During the first half of 2017, Resolute realized a 34 percent
increase in adjusted revenue as compared to the first half of 2016,
due to the reasons noted above. Adjusted revenue for the six
months ended June 30, 2017 was $137.7 million, including the effect
of commodity derivative settlement gains of $1.4 million. For
the six months ended June 30, 2016, Resolute had adjusted revenue
of $102.7 million, including the effect of commodity derivative
settlement gains of $48.3 million.
Operating Expenses: For the second quarter of 2017, LOE
increased $4.2 million, or 27 percent, to $19.9 million, or $8.97
per Boe, as compared to second quarter 2016 LOE of $15.7 million,
or $14.53 per Boe. The decrease in unit operating expense is
due to the significant increase in production from mid-length and
long lateral horizontal wells in the Delaware Basin, which
increased by a greater percentage than the associated LOE.
Production taxes increased by $2.1 million, or 49 percent, to $6.3
million (nine percent of revenue) from $4.2 million (twelve percent
of revenue) in 2016. Conversely, production taxes decreased
on a Boe basis to $2.86 per Boe in 2017 from $3.93 per Boe in
2016. The lower production and ad valorem taxes as a
percentage of revenue in 2017 as compared to 2016 is attributable
to the increase in the percentage of revenue realized in the state
of Texas, which has a lower tax rate than the Aneth Field
properties in Utah. This decrease is also the result of the
timing of the assessment of ad valorem taxes, as they are assessed
on January 1st of each year, based on the producing wells at that
point in time and are not updated for wells that come online
throughout the year.
For the first six months of 2017, LOE increased 30 percent to
$38.2 million, or $9.59 per Boe, from 2016 LOE of $29.5 million, or
$15.53 per Boe. The decrease in unit operating expense is due
to the reasons noted above. Production taxes increased by
$5.5 million, or 75 percent, to $12.9 million (ten percent of
revenue) as compared to $7.4 million (fourteen percent of revenue)

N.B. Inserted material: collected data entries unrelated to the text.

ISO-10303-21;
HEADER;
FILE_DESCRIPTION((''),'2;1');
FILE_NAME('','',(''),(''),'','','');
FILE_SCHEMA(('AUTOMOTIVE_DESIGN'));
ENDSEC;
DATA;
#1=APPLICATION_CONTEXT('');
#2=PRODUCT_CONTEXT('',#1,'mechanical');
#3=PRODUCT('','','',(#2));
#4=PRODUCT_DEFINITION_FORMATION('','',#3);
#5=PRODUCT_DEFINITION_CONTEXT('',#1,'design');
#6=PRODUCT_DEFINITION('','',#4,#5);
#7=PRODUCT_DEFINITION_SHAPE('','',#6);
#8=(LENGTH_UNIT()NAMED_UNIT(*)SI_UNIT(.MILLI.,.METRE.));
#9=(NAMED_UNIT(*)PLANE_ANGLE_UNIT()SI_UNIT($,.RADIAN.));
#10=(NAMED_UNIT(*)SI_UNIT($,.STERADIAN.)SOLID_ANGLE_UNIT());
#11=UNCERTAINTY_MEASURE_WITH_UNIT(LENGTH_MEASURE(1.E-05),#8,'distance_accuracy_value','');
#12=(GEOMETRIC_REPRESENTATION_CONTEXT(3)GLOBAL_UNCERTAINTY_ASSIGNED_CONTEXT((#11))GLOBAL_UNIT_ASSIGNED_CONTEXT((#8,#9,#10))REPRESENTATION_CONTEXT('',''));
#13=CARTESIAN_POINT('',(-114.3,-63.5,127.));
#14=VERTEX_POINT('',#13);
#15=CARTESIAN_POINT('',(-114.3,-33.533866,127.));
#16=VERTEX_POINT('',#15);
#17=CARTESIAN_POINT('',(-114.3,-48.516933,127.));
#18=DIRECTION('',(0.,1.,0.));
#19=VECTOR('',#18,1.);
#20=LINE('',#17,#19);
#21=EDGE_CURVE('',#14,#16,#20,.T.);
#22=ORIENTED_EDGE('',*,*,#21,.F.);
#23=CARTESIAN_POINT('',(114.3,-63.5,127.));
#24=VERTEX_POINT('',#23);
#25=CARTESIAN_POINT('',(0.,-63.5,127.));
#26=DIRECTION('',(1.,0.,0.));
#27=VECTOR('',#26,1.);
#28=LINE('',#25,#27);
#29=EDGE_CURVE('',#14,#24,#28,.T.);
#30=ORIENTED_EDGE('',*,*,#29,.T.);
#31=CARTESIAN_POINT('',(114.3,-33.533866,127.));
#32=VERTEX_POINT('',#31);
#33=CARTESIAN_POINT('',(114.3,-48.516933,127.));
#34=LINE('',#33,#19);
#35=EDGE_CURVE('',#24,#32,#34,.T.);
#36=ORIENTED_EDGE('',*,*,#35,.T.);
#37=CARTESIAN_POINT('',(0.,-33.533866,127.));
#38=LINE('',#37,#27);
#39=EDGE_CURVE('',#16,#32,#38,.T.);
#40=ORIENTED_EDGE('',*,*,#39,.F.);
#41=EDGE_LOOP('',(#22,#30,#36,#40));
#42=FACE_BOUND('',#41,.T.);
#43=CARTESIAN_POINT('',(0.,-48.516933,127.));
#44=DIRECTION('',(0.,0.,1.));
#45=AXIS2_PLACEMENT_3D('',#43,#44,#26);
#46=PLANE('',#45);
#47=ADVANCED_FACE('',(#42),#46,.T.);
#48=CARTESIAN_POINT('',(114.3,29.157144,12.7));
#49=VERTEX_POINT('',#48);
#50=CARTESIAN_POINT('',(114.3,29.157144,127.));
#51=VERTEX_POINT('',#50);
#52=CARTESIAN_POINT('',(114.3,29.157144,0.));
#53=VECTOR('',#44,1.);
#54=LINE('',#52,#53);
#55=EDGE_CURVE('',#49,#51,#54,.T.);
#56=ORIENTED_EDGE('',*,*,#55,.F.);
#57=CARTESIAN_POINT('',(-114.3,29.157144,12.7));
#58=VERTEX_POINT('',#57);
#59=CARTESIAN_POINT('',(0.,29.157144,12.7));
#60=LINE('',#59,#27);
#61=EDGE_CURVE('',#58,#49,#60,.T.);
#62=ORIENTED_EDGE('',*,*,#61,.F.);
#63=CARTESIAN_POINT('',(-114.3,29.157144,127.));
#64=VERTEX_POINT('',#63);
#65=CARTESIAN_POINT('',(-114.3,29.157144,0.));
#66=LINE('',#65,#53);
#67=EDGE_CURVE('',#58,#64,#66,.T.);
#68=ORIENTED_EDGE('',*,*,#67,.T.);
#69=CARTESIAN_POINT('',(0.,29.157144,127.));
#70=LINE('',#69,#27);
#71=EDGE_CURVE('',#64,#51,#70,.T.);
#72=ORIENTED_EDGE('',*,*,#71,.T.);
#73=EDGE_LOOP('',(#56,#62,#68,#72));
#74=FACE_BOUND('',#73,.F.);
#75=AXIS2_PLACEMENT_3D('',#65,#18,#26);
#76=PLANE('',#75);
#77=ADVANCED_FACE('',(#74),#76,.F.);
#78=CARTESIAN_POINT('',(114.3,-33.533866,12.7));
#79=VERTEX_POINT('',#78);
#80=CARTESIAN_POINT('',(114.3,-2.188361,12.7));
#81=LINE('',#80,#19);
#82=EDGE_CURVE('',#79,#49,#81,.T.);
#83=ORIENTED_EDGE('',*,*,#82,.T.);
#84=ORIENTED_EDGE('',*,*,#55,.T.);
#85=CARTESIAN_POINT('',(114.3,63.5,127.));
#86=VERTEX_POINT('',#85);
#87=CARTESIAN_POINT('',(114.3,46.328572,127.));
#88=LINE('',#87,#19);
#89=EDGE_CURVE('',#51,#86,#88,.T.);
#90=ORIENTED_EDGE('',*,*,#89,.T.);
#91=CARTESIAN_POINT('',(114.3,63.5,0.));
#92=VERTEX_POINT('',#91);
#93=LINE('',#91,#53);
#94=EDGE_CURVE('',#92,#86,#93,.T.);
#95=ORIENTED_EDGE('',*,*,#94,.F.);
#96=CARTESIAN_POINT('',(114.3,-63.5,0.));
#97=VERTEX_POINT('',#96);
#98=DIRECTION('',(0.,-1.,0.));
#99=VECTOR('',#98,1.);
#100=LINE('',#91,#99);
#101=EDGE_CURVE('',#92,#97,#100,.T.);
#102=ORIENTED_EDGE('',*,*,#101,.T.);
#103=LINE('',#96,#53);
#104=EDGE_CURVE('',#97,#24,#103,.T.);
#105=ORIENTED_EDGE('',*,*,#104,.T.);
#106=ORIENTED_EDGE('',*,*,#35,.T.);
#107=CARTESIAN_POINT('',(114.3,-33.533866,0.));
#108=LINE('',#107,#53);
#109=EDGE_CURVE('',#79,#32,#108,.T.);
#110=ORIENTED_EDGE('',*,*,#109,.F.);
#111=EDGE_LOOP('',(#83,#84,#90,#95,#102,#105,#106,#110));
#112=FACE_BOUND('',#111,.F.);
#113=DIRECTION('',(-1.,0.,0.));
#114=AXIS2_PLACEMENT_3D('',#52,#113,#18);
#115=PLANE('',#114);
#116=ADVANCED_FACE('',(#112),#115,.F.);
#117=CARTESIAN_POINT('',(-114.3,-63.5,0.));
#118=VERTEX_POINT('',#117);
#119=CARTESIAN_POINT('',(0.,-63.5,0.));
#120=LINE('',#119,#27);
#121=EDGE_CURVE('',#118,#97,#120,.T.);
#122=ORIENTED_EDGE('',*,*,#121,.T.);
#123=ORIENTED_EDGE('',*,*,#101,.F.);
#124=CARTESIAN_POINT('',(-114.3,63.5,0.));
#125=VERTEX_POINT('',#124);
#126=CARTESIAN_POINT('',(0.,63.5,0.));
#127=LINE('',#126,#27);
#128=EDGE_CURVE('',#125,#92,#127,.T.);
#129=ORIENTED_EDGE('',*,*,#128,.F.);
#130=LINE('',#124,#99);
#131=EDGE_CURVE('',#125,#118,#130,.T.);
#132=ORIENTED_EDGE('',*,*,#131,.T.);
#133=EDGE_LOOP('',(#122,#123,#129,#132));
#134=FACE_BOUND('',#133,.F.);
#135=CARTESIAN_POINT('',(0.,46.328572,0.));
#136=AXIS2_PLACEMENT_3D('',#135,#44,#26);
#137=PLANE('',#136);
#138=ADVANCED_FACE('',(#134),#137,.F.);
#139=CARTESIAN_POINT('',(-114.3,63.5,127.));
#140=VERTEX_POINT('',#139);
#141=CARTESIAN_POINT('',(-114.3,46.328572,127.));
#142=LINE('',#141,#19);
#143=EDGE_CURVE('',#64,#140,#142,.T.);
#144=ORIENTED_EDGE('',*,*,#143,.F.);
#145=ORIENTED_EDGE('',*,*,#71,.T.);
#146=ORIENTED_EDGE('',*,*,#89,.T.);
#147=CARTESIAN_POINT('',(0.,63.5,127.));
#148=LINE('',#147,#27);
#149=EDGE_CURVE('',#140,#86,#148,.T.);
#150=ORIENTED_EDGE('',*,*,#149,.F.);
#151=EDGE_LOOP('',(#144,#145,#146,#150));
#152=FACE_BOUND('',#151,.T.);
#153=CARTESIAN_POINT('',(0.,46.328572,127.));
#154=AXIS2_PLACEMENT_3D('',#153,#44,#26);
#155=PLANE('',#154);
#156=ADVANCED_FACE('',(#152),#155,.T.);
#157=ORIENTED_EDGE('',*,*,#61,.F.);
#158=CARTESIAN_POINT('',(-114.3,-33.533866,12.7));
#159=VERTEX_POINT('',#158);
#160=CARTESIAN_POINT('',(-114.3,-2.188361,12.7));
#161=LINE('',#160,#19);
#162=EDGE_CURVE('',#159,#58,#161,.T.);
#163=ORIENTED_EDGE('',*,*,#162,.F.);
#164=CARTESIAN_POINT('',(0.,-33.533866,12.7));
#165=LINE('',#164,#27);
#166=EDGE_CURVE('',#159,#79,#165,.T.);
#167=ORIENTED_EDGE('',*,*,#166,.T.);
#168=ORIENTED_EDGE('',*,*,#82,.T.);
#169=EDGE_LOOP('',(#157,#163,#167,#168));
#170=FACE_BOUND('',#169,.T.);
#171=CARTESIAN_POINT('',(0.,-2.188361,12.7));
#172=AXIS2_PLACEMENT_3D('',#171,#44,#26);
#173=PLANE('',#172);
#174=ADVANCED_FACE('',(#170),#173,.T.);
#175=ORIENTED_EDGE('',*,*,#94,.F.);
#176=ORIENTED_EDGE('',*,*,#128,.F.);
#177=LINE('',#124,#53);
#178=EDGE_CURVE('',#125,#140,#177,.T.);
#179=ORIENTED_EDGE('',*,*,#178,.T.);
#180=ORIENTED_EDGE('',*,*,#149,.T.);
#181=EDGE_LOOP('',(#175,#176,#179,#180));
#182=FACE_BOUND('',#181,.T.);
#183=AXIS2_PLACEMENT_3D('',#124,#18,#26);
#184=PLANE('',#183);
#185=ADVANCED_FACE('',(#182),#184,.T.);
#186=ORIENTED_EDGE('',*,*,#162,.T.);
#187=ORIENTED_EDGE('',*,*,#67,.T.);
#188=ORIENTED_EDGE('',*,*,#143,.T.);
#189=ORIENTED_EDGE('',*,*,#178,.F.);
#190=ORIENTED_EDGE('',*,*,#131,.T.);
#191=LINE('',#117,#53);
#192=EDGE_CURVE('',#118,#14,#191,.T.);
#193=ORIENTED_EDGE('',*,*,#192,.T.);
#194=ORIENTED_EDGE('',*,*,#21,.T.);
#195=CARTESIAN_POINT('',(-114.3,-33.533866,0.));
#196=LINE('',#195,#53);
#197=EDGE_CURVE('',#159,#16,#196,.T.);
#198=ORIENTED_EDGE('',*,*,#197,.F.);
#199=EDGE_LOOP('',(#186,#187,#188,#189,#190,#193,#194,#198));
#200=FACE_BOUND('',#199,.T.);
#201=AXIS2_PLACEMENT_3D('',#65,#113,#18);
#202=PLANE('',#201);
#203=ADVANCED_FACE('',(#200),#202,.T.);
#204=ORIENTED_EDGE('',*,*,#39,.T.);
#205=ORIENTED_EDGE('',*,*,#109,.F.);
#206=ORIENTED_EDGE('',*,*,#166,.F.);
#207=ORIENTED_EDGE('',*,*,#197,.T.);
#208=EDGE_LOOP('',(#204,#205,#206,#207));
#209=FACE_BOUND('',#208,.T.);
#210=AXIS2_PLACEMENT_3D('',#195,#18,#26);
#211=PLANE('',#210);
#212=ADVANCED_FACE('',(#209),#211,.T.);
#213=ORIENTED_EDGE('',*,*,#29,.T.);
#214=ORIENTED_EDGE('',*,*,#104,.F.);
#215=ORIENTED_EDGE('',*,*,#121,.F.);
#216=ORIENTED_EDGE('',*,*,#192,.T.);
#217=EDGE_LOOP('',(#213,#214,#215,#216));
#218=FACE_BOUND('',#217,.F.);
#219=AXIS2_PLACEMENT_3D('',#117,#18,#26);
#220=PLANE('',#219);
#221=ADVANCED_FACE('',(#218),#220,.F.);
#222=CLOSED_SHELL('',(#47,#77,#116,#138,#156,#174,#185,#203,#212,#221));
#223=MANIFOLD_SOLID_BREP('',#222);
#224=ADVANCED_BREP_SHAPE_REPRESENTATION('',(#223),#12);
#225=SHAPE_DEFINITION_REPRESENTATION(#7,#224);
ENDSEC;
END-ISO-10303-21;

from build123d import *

# Parameters (mm, degrees)
F0_W     = 228.6
F0_H     = 62.69101
F1_DEPTH = 12.7
F0_H_2   = 34.342856
F0_H_3   = 29.966134
F2_DEPTH = 127


with BuildPart() as f1:
    # F0 (on Top) → F1 (new body)
    with BuildSketch(Plane.XY):
        with Locations((0, -2.188361)):
            Rectangle(F0_W, F0_H)
    extrude(amount=F1_DEPTH)

    # F0 (on Top) → F2 (join)
    with BuildSketch(Plane.XY):
        with Locations((0, 46.328572)):
            Rectangle(F0_W, F0_H_2)
        with Locations((0, -48.516933)):
            Rectangle(F0_W, F0_H_3)
    extrude(amount=F2_DEPTH)


solid = f1.part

in 2016, and decreased on a Boe basis to $3.24 per Boe in 2017 from
$3.89 per Boe in 2016 due to the reasons noted above.
For the second quarter of 2017, depletion, depreciation,
amortization and accretion (“DD&A”) expenses increased 106
percent to $22.3 million as compared to the second quarter of 2016
DD&A expenses of $10.9 million as a result of the 105 percent
increase in production period over period. On a Boe basis,
DD&A expenses remained relatively unchanged at $10.08 per Boe
in 2017 compared to $10.06 per Boe in 2016.
For the first six months of 2017, DD&A expenses increased 81
percent to $38.4 million as compared to the first six months of
2016 expenses of $21.2 million principally as a result of the 110
percent increase in production period over period.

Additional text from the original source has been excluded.